To illustrate, consider the following integer problem:

\[\begin{aligned} z & = 7x_1 + 5x_2 \text{,} \\ \text{subject to: } & x_1 + x_2 + s_1 = 6, \\ & 2x_1 + 5x_2 + s_2 = 23 \\ & x_1,x_2, s_1, s_2 \ge 0 \text{ and integers} \end{aligned}\]

Combining the constraints allow us to represent $x_1$ and $x_2$ in terms of $s_1$ and $s_2$:

\[\begin{aligned} x_1 & = \frac{7}{3} - \frac{5}{3}s_1 + \frac{1}{3}s_2 \\ x_2 & = \frac{11}{3} + \frac{2}{3}s_1 - \frac{1}{3}s_2 \end{aligned}\]

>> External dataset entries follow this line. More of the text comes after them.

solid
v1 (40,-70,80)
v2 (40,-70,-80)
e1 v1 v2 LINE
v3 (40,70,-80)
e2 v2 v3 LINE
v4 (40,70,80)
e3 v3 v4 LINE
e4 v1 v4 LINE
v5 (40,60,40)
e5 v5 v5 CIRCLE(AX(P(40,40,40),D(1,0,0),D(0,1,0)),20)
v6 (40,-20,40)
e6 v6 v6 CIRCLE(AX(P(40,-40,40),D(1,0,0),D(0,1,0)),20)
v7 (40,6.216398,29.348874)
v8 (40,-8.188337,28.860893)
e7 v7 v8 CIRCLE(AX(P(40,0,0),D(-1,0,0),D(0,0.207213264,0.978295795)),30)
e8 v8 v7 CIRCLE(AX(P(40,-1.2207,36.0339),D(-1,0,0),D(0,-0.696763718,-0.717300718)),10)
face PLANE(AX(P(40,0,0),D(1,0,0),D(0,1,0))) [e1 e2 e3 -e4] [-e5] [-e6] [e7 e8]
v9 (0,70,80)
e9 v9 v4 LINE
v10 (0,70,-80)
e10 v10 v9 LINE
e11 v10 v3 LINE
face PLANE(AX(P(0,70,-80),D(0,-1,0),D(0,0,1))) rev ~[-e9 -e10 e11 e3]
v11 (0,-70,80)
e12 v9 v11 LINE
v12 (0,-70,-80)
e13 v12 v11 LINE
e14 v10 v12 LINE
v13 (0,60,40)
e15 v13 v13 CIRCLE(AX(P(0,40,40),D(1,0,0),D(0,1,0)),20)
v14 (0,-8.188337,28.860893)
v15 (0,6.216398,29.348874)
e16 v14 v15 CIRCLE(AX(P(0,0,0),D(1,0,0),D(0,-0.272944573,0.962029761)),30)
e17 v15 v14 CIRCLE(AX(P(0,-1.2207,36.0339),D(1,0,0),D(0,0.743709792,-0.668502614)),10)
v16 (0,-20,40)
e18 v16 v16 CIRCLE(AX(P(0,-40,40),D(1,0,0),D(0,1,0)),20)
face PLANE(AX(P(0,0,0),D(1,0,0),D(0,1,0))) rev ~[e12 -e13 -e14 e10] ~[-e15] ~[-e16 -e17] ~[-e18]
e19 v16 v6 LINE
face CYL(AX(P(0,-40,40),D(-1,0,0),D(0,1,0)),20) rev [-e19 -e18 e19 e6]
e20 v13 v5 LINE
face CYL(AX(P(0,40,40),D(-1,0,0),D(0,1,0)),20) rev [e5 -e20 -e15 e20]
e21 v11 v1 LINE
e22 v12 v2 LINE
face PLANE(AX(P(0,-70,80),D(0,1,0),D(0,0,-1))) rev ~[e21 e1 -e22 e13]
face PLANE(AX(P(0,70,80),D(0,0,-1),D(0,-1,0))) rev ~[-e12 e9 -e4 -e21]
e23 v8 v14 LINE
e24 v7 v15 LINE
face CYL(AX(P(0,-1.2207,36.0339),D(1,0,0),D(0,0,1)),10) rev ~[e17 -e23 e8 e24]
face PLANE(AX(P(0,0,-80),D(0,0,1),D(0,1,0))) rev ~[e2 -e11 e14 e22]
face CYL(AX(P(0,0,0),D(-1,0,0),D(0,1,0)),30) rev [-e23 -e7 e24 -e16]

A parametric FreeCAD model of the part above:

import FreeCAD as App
import Part
import Sketcher
from FreeCAD import Vector

doc = App.newDocument("Part")
body = doc.addObject("PartDesign::Body", "Body")

sketch1 = doc.addObject("Sketcher::SketchObject", "Sketch")
body.addObject(sketch1)
sketch1.AttachmentSupport = (doc.YZ_Plane, [""])
sketch1.MapMode = "FlatFace"
sketch1.addGeometry([
    Part.LineSegment(Vector(70, 80, 0), Vector(-70, 80, 0)),
    Part.LineSegment(Vector(-70, 80, 0), Vector(-70, -80, 0)),
    Part.LineSegment(Vector(-70, -80, 0), Vector(70, -80, 0)),
    Part.LineSegment(Vector(70, -80, 0), Vector(70, 80, 0)),
    Part.Circle(Vector(-40, 40, 0), Vector(0, 0, 1), 20),
    Part.Circle(Vector(0, 0, 0), Vector(0, 0, 1), 30),
    Part.Circle(Vector(40, 40, 0), Vector(0, 0, 1), 20),
], False)
sketch1.addConstraint([
    Sketcher.Constraint("Coincident", 0, 2, 1, 1),
    Sketcher.Constraint("Coincident", 1, 2, 2, 1),
    Sketcher.Constraint("Coincident", 2, 2, 3, 1),
    Sketcher.Constraint("Coincident", 3, 2, 0, 1),
    Sketcher.Constraint("Horizontal", 0),
    Sketcher.Constraint("Vertical", 1),
    Sketcher.Constraint("Horizontal", 2),
    Sketcher.Constraint("Vertical", 3),
    Sketcher.Constraint("Coincident", 5, 3, -1, 1),
    Sketcher.Constraint("Equal", 4, 6),
    Sketcher.Constraint("Symmetric", 0, 2, 2, 2, -1, 1),
    Sketcher.Constraint("Symmetric", 4, 3, 6, 3, -2),
    Sketcher.Constraint("Diameter", 4, 40.0),
    Sketcher.Constraint("Diameter", 5, 60.0),
    Sketcher.Constraint("DistanceX", 0, 2, 0, 1, 140.0),
    Sketcher.Constraint("DistanceY", 1, 2, 1, 1, 160.0),
    Sketcher.Constraint("DistanceX", 4, 3, -1, 1, 40.0),
    Sketcher.Constraint("DistanceY", -1, 1, 4, 3, 40.0),
])
pad1 = doc.addObject("PartDesign::Pad", "Pad")
body.addObject(pad1)
pad1.Profile = sketch1
pad1.Length = 40

sketch2 = doc.addObject("Sketcher::SketchObject", "Sketch001")
body.addObject(sketch2)
sketch2.AttachmentSupport = (doc.YZ_Plane, [""])
sketch2.MapMode = "FlatFace"
sketch2.addGeometry(Part.Circle(Vector(-1.2207, 36.0339, 0), Vector(0, 0, 1), 10), False)
sketch2.addConstraint([
    Sketcher.Constraint("Diameter", 0, 20.0),
    Sketcher.Constraint("DistanceY", -1, 1, 0, 3, 36.034),
    Sketcher.Constraint("DistanceX", 0, 3, -1, 1, 1.2207),
])
doc.recompute()
hole = doc.addObject("PartDesign::Hole", "Hole")
body.addObject(hole)
hole.Profile = sketch2
hole.ThreadType = "None"
hole.Diameter = 20
hole.DepthType = "Dimension"
hole.Depth = 60
hole.DrillPoint = "Angled"
hole.DrillPointAngle = 118
hole.Reversed = True

doc.recompute()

This then let us rewrite our cost function and the two constraints:

\[\begin{aligned} -z - 9s_1 - 34 & = \frac{2}{3} - \frac{2}{3}s_1 - \frac{2}{3}s_2 \\ x_1 + s_1 - s_2 - 2 & = \frac{1}{3} - \frac{2}{3}s_1 - \frac{2}{3}s_2 \\ 5x_2 - 4s_1 + s_2 - 18 & = \frac{1}{3} - \frac{2}{3}s_1 - \frac{2}{3} s_2 \\ \end{aligned}\]

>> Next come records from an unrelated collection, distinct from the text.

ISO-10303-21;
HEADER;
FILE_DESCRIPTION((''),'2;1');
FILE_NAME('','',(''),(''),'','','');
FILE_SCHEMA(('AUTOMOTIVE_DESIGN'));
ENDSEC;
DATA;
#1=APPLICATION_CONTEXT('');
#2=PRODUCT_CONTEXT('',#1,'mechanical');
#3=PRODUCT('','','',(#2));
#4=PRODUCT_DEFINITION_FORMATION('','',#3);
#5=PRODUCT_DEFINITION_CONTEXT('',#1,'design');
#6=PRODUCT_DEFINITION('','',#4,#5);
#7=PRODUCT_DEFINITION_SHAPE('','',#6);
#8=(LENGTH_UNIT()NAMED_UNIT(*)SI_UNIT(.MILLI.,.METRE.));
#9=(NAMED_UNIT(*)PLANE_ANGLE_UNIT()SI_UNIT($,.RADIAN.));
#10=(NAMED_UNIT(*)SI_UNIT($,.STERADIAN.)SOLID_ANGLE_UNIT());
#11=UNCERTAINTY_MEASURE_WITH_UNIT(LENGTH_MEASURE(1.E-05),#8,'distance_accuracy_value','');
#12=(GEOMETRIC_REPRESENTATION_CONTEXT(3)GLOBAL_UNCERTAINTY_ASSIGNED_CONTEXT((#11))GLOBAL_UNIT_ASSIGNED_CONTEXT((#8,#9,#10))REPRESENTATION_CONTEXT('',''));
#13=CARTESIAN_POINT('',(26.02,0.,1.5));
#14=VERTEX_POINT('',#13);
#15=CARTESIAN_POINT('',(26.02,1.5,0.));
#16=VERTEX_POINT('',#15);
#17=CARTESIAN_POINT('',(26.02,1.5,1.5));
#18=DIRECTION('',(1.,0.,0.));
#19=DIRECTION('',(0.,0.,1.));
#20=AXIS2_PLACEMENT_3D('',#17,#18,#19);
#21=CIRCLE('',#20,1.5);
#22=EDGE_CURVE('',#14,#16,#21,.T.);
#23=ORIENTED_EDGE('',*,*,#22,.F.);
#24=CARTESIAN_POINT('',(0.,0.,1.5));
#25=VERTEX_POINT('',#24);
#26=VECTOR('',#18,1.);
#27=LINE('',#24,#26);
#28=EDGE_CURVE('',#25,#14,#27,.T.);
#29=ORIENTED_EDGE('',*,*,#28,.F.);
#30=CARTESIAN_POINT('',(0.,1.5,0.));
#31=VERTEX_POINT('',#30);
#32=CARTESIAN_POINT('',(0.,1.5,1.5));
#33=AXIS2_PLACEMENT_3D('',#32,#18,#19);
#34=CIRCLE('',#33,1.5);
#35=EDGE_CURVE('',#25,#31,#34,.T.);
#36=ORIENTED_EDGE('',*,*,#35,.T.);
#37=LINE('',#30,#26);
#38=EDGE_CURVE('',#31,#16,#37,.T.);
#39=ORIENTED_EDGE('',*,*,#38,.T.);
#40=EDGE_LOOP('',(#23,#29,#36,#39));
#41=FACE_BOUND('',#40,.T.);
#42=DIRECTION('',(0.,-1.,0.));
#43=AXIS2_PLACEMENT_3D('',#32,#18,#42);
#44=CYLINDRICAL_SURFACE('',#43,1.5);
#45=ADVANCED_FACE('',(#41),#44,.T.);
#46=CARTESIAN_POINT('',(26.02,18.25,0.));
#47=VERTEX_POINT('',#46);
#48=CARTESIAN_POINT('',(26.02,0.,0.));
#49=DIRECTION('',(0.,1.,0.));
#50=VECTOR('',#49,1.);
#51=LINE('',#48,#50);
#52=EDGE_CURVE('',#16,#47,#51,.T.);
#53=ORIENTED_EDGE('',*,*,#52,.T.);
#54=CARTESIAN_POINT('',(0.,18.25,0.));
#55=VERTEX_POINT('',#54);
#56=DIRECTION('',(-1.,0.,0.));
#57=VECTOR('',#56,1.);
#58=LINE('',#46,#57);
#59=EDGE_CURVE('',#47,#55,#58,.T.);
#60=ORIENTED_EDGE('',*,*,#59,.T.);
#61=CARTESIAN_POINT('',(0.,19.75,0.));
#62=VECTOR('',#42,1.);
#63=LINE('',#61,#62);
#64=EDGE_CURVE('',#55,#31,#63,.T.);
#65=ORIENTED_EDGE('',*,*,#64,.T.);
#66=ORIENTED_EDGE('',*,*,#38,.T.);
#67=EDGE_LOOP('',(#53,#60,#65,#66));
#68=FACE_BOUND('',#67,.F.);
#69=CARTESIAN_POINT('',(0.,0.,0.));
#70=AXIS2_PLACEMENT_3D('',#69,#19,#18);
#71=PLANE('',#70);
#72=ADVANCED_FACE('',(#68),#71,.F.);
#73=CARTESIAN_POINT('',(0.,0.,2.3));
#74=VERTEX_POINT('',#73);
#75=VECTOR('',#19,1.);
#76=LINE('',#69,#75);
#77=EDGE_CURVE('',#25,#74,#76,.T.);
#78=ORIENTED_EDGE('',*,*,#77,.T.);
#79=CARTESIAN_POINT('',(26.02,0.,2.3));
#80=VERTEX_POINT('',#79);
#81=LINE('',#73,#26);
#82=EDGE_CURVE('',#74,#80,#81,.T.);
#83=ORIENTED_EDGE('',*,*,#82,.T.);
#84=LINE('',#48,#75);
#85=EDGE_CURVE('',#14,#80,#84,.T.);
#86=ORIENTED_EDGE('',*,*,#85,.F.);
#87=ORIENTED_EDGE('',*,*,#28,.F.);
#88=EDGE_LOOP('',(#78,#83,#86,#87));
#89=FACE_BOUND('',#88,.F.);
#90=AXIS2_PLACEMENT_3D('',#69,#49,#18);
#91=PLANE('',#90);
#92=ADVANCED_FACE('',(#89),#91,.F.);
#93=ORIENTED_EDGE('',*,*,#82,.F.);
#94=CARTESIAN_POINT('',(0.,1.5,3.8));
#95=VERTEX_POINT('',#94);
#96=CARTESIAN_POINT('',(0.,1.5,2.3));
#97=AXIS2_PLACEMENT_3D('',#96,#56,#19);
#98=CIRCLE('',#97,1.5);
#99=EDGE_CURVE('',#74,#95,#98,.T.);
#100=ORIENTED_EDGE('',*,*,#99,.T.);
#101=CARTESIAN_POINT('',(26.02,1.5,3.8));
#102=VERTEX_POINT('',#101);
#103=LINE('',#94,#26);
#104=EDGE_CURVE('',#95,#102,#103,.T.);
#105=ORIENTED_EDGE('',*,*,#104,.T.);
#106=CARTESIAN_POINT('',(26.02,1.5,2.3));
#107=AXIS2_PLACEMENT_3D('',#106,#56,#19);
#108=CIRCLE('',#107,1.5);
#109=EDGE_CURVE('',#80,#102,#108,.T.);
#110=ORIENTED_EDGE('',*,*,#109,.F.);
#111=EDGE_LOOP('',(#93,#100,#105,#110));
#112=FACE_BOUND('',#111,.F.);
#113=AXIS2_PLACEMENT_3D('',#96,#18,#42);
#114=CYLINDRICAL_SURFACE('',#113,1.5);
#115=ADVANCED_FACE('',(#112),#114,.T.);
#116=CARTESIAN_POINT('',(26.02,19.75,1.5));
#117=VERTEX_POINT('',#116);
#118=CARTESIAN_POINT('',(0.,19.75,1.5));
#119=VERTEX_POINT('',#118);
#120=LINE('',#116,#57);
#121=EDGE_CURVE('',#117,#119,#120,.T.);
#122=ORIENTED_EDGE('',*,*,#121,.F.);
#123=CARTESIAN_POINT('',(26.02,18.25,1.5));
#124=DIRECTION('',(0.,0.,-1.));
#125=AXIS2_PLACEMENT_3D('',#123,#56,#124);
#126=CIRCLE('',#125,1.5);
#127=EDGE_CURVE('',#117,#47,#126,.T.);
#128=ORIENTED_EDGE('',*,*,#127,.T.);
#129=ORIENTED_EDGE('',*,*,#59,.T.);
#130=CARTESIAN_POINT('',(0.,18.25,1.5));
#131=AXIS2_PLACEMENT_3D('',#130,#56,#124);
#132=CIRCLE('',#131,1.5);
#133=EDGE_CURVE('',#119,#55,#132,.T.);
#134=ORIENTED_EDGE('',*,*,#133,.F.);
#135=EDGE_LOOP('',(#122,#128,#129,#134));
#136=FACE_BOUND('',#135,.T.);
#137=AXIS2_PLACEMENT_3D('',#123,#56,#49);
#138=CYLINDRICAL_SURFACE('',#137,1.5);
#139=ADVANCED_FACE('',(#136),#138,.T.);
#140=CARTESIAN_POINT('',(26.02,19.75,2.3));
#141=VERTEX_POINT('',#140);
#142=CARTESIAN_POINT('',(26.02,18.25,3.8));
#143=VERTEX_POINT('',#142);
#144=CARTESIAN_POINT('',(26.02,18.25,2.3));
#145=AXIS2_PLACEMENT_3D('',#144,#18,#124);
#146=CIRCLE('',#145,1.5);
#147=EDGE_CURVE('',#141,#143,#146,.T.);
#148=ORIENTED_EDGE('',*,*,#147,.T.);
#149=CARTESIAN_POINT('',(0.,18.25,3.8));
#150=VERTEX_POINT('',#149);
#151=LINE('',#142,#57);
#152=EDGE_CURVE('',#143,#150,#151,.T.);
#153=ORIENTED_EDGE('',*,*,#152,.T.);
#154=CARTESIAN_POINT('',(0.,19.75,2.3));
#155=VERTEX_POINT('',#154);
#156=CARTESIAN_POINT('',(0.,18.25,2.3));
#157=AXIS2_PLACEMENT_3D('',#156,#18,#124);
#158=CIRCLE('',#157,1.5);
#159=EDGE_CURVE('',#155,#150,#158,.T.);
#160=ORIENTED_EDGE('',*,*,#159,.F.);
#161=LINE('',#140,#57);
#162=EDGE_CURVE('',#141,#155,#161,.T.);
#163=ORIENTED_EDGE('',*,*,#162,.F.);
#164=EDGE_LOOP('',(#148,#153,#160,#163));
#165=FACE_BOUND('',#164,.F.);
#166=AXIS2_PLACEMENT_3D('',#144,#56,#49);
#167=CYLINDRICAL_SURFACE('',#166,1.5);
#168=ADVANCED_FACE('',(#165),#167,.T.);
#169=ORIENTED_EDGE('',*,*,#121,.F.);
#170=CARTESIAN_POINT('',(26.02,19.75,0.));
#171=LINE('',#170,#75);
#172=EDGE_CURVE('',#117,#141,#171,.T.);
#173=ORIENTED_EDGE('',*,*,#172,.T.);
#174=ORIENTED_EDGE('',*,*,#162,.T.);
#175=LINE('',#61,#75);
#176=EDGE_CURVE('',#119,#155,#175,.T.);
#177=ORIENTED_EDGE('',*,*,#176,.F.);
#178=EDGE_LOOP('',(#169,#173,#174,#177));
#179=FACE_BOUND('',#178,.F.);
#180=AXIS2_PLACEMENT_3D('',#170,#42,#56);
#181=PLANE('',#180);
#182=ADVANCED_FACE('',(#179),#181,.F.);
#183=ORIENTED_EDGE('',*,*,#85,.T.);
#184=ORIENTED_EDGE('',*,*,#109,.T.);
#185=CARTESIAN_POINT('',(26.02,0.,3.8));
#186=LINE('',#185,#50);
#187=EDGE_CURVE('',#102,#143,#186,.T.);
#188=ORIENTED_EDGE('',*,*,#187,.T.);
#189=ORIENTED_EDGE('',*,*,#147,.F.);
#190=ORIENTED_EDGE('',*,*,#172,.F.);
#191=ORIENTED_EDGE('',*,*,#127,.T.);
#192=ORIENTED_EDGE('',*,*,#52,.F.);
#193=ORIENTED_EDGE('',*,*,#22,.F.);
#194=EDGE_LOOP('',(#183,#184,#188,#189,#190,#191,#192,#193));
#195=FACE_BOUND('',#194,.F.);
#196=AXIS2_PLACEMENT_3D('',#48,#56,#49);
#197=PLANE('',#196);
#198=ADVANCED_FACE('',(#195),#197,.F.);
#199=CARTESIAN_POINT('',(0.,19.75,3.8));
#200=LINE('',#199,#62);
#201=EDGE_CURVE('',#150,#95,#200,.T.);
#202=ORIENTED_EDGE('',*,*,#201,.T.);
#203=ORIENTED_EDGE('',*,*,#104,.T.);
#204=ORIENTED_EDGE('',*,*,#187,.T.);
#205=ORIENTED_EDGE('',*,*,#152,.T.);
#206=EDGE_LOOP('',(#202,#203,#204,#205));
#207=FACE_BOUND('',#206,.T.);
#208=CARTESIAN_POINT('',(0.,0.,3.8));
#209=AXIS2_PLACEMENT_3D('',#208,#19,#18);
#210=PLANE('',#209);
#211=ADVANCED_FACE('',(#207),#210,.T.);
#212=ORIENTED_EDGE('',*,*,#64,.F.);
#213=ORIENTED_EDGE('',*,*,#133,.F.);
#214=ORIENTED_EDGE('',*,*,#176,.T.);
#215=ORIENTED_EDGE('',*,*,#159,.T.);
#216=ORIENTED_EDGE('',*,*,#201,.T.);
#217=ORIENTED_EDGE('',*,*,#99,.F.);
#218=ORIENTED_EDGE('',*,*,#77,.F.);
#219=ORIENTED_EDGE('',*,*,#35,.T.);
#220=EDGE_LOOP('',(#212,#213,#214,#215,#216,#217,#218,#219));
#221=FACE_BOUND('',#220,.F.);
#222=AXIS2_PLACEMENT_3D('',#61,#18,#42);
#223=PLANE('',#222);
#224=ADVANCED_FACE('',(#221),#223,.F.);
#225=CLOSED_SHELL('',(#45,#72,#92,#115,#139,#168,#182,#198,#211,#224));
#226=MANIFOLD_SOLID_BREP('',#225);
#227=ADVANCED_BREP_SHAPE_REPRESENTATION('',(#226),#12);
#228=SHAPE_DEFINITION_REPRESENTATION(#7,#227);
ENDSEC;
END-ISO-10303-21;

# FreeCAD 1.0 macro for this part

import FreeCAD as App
import Part
import Sketcher
from FreeCAD import Vector
Q = App.Units.Quantity


def edges_at(feature, points):
    """Names of the edges that pass closest to the given points."""
    edges = feature.Shape.Edges
    near = lambda p: min(range(len(edges)), key=lambda i: edges[i].distToShape(Part.Vertex(*p))[0])
    return sorted({f"Edge{near(p) + 1}" for p in points})

doc = App.newDocument("Part")
params = doc.addObject("Spreadsheet::Sheet", "Params")
for row, (alias, value) in enumerate([
    ("sketch1_width", "26.02 mm"),
    ("sketch1_height", "19.75 mm"),
    ("pad1_length", "3.8 mm"),
    ("fillet_radius", "1.5 mm"),
], start=1):
    params.set(f"A{row}", alias)
    params.set(f"B{row}", "=" + value)
    params.setAlias(f"B{row}", alias)

body = doc.addObject("PartDesign::Body", "Body")

sketch1 = doc.addObject("Sketcher::SketchObject", "Sketch")
body.addObject(sketch1)
sketch1.AttachmentSupport = (doc.XY_Plane, [""])
sketch1.MapMode = "FlatFace"
sketch1.addGeometry(Part.LineSegment(Vector(0, 20, 0), Vector(0, 0, 0)), False)
sketch1.addGeometry(Part.LineSegment(Vector(0, 0, 0), Vector(26, 0, 0)), False)
sketch1.addGeometry(Part.LineSegment(Vector(26, 0, 0), Vector(26, 20, 0)), False)
sketch1.addGeometry(Part.LineSegment(Vector(26, 20, 0), Vector(0, 20, 0)), False)
sketch1.addConstraint(Sketcher.Constraint("Coincident", 0, 2, 1, 1))
sketch1.addConstraint(Sketcher.Constraint("Coincident", 1, 2, 2, 1))
sketch1.addConstraint(Sketcher.Constraint("Coincident", 2, 2, 3, 1))
sketch1.addConstraint(Sketcher.Constraint("Coincident", 3, 2, 0, 1))
sketch1.addConstraint(Sketcher.Constraint("Vertical", 0))
sketch1.addConstraint(Sketcher.Constraint("Horizontal", 1))
sketch1.addConstraint(Sketcher.Constraint("Vertical", 2))
sketch1.addConstraint(Sketcher.Constraint("Horizontal", 3))
sketch1.addConstraint(Sketcher.Constraint("Coincident", 0, 2, -1, 1))
sketch1.addConstraint(Sketcher.Constraint("DistanceX", 1, 1, 1, 2, Q("26.02 mm")))
sketch1.addConstraint(Sketcher.Constraint("DistanceY", 0, 2, 0, 1, Q("19.75 mm")))
sketch1.setExpression("Constraints[9]", "Params.sketch1_width")
sketch1.setExpression("Constraints[10]", "Params.sketch1_height")
pad1 = doc.addObject("PartDesign::Pad", "Pad")
body.addObject(pad1)
pad1.Profile = sketch1
pad1.setExpression("Length", "Params.pad1_length")
doc.recompute()

fillet = doc.addObject("PartDesign::Fillet", "Fillet")
body.addObject(fillet)
fillet.Base = (pad1, edges_at(pad1, [
    (13.01, 0, 3.8),
    (13.01, 0, 0),
    (13.01, 19.75, 3.8),
    (13.01, 19.75, 0),
]))
fillet.setExpression("Radius", "Params.fillet_radius")

doc.recompute()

For all three equations, we can see that their left-hand-sides are integers, while their right-hand-sides are less than $\frac{2}{3}$, $\frac{1}{3}$ and $\frac{1}{3}$ respectively. Since the two sides are equal for each equation, they thus have to be $0$ or negative integers. This means that we now have two additional constraints (as the last two are identical):

\[\begin{aligned} \frac{2}{3} - \frac{2}{3}s_1 - \frac{2}{3}s_2 - s_4 & = 0 \text{, } \quad s_4 \ge 0 \text{ and integer} \\ \frac{1}{3} - \frac{2}{3}s_1 - \frac{2}{3}s_2 - s_5 & = 0 \text{, } \quad s_5 \ge 0 \text{ and integer} \\ \end{aligned}\]

These two additional constraints are called “cuts”. By adding more and more cuts, we will close in on the optimal integer solution. In practice, the number of cuts required to get to the optimal integer solution tend to be large, causing the algorithm to be inefficient.